I want to ask you to throw out your lists and vision boards. Free yourself from limitation.

Be open to exceptional ideas and uncommon thinking about love and a life-long partner. Open your heart to unimaginable opportunities and every day miracles.

In part 1, of Finding Mr. Right, I wrote about the importance of self-love and how it will attract the love of others.

As you continue to grow deeper into self-love and self-acceptance, make love the focus of your every day life.

Fill your life with as much love as you possibly can. Think, feel, and act in a loving manner. Love your life, love your family, friends, co-workers, and neighbors. Love the world. Leave no room in your heart for anything else.

As you become a more loving person, love will come to you.

It’s not your job to know how or where or when your partner will appear. Your job is to become a more loving person and believe that a loving partner is on the way. The universe will take care of the details.  

Preparation and Insight for Finding Mr. Right

Sit in stillness, daily.

Talk to God, your Higher Power, the Universe, your Higher Self, or your guardian angels and  ask for guidance on how to find Mr. Right.

Ask God to send you someone.  Listen to your intuition. Write in your journal any messages you may receive. Look for signs. You will be guided on where to go and what to do. This step alone is the most important step of all.

Look beyond the physical

Too much emphasis is placed on external qualities like physical appearance, monetary success, place of employment, designer clothes, gifts and fine dining.

Superficial things are not enough to carry you through tough times and a long-love relationship.

Look for internal qualities.

Ask yourself the following questions as you get to know the person you’re interested in.

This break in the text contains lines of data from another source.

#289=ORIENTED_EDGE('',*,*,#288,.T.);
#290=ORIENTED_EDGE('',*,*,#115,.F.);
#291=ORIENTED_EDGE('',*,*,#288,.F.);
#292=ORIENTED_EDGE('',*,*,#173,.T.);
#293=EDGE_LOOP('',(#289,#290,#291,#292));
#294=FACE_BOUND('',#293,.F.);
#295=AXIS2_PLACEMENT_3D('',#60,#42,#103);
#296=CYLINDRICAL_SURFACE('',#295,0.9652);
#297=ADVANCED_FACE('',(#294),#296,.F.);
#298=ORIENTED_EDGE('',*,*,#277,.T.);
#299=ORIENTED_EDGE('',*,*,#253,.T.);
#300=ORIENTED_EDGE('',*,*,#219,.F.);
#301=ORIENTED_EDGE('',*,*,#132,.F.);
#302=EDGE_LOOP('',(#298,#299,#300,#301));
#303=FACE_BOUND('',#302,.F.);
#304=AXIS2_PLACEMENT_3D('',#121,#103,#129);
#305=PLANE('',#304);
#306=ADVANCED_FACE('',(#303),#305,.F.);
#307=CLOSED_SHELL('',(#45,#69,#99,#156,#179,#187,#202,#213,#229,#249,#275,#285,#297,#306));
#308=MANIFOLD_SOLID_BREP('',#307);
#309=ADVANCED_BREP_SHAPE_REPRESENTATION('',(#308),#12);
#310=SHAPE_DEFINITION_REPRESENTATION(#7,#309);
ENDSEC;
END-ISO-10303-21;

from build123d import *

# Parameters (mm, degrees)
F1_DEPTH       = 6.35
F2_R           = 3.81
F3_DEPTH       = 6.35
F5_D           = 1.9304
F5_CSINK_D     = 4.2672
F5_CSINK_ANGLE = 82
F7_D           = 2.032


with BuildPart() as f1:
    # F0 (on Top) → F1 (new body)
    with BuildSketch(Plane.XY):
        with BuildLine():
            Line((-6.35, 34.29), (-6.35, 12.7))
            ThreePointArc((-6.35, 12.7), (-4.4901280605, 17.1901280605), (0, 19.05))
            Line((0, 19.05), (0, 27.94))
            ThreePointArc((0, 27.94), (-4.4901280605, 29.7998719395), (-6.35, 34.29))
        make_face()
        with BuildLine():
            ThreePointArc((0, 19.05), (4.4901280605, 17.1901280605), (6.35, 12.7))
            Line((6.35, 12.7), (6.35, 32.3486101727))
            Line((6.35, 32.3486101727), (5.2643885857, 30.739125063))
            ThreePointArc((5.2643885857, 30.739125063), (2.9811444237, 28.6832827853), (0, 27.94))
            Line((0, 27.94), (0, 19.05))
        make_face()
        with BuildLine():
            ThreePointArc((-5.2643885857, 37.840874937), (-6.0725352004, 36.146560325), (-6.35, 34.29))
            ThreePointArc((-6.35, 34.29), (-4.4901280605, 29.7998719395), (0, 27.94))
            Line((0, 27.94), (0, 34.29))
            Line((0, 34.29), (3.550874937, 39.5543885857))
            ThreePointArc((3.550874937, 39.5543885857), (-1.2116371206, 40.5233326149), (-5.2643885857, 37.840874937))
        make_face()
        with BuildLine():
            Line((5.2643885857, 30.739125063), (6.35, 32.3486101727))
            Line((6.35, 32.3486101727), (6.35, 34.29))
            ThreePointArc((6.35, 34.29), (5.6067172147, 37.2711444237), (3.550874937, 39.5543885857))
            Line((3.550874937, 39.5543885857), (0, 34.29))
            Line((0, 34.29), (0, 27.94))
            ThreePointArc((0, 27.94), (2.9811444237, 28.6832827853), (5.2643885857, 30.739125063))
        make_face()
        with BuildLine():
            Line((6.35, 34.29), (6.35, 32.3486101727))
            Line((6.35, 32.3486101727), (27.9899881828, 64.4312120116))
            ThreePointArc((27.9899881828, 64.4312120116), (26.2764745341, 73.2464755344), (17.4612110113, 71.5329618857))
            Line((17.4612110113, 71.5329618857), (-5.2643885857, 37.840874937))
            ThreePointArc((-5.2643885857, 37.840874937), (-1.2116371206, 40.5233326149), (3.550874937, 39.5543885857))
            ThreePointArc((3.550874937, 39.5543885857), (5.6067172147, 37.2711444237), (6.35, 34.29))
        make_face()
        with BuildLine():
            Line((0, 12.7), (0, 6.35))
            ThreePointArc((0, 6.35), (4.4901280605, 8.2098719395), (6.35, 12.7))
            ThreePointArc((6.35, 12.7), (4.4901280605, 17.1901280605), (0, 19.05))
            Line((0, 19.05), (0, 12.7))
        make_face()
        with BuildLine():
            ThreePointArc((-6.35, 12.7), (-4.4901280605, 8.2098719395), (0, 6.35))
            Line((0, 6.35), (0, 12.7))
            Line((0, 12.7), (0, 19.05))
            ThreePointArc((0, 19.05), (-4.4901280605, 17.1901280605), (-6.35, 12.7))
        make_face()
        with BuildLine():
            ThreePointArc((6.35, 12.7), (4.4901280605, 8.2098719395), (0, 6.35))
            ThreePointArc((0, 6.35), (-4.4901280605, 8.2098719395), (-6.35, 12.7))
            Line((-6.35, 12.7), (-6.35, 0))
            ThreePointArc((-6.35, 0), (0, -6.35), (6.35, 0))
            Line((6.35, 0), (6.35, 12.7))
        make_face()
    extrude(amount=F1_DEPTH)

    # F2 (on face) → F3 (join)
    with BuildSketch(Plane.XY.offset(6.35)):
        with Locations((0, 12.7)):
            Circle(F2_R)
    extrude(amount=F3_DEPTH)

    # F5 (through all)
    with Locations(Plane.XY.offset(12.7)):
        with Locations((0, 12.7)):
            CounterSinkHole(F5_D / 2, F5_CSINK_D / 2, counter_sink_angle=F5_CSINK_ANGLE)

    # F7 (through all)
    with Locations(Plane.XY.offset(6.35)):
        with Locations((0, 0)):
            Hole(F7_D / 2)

Does he laugh and smile? Does he appreciate nature?
Is he gentle and thoughtful?
Is he on time?
Does he call when he says he’ll call?
Does he share his thoughts and feelings?
Is he a good listener? 
Is he self-confident or over confident?
Does he have plans for the future?

Pay less attention to what he says, and more attention to what he does! It’s true, actions do speak louder than words.

Be interesting

Become an interesting person.  Life isn’t meant to be lived on the couch, watching TV.  Become familiar with different types of books, music, and art. Get involved with everything that interests you. What are you waiting for?

Get out of your rut. Stop spending your evenings watching reality shows, eating junk food and drinking too insert favorite beverage.

Get out and participate in life. Be adventurous, again, do new things, go new places, and meet new people.

Be a good listener

Learn to listen without interruption or judgment. Don’t offer advice unless it is asked for. The best way to get to know someone is to let them do the talking. Notice how he speaks of past relationships, how he lives life, how he thinks, and what makes him tick.

Observe his listening skills. Is he ‘into’ you?

Character defects

Do you need to get organized, slow down or be more patient? Do you need to get out of debt?

Do the work you need to do and become a better person, while you are looking for Mr. Right. Instead of looking for someone who is perfect, work on yourself.

Become the person you would love to spend your life with.

Counseling

Do you have an addiction to exercise, drugs, alcohol, food or low self-esteem? Don’t bring your baggage into a new relationship or it will be doomed from the start.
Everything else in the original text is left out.